For High School Students: This course, in its latest offering, during summer 2014, expanded to the use of sensors in smart phone Apps. Students used Processing and Java to develop apps for our Museum of Discovery and Science (MODS). The 9 Apps may be found here: Sensor Museum Apps. The latest syllabus is found here. In its earlier course offerings, during summers 2012 and 2013, showed the students two different ways for developing Apps, viz., using App Inventor and Java-based Android APIs. The former is good for prototyping, while the latter is ideal for the final integrated App. The students worked in groups of three and compared the two on certain performance metrics (power dissipation, code size, and user interface) for a given fun or game App that they implemented. The syllabus is found here. This was a dual-enrollment course offered under FAU’s ESP (Engineering Scholars Program) program to high achieving high school students comprised of rising 11th and 12th grade students.
For Undergraduate Students: Software-Hardware CoDesign. During fall 2014, it is our desire to bring together students from electrical engineering, and computer science and engineering, and possibly from education, to develop Apps of relevance to Children’s Services Council (CSC) of Broward County. They have after-school programs for middle school students. Our goal is to develop sensor-based Apps for empowering these students and also teach them STEM material. The two syllabi are here: Smart Sensors and Software-Hardware CoDesign. During spring 2014, the course focused on building Android building blocks for museum applications. This involved using sensors and hierarchical design for building a framework to navigate from the museum layout to themes to individual exhibits and back. A paper will be published on it soon. During fall 013, This engineering course was jointly taught with courses in anthropology, arts, and urban planning. Business students have participated in the past. Students developed smart phone Apps for urban and environmental planning. The Apps are documented here: https://bitbucket.org/shankarfau/profile/teams . This course, in its earlier course offering, during summer 2012, was a joint eLearning course. In this setting, two professors,one each from engineering and arts taught his group of students, with the two sets of students coming together after a mid-term exam to develop smart phone prototype Apps based on Android operating system (OS). A group of engineering and graphics professionals reviewed the student team presentations online. Their team blog site links are posted at our Android resource site. The syllabus is found here. The professionals’ evaluation rubric is found here.
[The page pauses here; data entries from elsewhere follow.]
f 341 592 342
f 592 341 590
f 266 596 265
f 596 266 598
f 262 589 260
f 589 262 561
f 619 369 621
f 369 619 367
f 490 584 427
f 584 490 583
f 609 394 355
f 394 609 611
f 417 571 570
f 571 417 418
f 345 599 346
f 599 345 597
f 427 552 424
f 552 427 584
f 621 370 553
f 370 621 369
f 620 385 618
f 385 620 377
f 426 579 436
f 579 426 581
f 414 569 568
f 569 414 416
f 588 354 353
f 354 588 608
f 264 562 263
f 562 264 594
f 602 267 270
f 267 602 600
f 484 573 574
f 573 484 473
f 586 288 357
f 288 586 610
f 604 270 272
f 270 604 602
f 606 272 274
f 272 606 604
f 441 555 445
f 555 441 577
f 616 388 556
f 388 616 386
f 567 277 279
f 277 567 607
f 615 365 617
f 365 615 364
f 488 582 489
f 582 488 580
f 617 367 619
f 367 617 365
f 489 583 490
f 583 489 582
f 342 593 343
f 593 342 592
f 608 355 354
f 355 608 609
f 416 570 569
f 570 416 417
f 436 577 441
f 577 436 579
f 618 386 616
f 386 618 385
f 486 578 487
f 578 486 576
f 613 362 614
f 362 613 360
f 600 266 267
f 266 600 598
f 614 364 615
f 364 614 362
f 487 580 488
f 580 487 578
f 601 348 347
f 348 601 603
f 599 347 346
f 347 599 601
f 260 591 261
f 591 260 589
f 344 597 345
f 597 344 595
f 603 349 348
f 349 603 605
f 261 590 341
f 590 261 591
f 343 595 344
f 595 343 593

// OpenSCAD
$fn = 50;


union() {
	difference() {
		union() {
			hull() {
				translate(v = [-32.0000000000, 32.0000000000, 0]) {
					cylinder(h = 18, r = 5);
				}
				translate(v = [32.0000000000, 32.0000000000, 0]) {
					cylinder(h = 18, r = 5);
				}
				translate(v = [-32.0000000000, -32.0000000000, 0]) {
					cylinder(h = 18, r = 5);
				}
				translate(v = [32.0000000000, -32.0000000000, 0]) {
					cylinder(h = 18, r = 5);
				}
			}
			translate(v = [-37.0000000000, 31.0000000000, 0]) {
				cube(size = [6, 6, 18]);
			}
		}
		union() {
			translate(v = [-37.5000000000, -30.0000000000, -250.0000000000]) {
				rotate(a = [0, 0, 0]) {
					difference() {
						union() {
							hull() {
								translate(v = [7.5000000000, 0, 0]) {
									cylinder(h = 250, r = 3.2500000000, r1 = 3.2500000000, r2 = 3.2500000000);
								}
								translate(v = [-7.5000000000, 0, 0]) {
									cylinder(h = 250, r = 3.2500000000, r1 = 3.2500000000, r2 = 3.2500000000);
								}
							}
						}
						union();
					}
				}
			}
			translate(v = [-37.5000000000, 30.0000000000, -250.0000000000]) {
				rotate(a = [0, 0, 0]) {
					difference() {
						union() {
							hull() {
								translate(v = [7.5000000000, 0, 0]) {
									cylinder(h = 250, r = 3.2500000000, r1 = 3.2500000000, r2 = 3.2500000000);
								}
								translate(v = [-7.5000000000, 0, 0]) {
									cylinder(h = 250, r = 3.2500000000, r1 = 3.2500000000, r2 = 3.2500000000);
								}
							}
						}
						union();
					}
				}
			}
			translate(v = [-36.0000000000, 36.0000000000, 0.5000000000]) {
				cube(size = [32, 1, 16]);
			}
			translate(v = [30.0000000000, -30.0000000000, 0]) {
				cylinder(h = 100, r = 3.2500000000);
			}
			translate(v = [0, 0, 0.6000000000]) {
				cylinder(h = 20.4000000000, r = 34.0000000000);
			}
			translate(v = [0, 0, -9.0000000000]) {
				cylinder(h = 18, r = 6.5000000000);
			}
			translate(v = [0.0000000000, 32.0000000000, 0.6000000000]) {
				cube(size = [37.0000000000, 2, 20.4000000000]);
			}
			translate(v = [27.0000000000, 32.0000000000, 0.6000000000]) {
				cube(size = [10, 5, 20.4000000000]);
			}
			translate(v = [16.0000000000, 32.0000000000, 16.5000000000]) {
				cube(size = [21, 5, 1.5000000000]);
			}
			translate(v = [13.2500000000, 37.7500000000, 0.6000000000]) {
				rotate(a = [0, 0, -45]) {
For Graduate Students (in Engineering and in the MFA program): Android Components. This course has been offered thrice recently. In the latest course offering during spring 2014, the focus was on autocode generation using EMF, as was with the summer 2012 course offering. Students developed new software components that undergraduate students could use (in a later semester) for developing their prototype Apps. Since these components need to be rugged for use by others, we used auto code generation techniques (using Eclipse Modeling Framework, or EMF) to generate most of the code, from the student’s UML class diagrams. Their team blog site links are posted at our Android resource site. The syllabus is found here. Slides from our IEEE Syscon 2014 workshop on EMF is found here: http://csi.fau.edu/courses/auto-code-generation/
We recently submitted two papers. The ASEE paper has been accepted. The eLearning paper is undergoing review.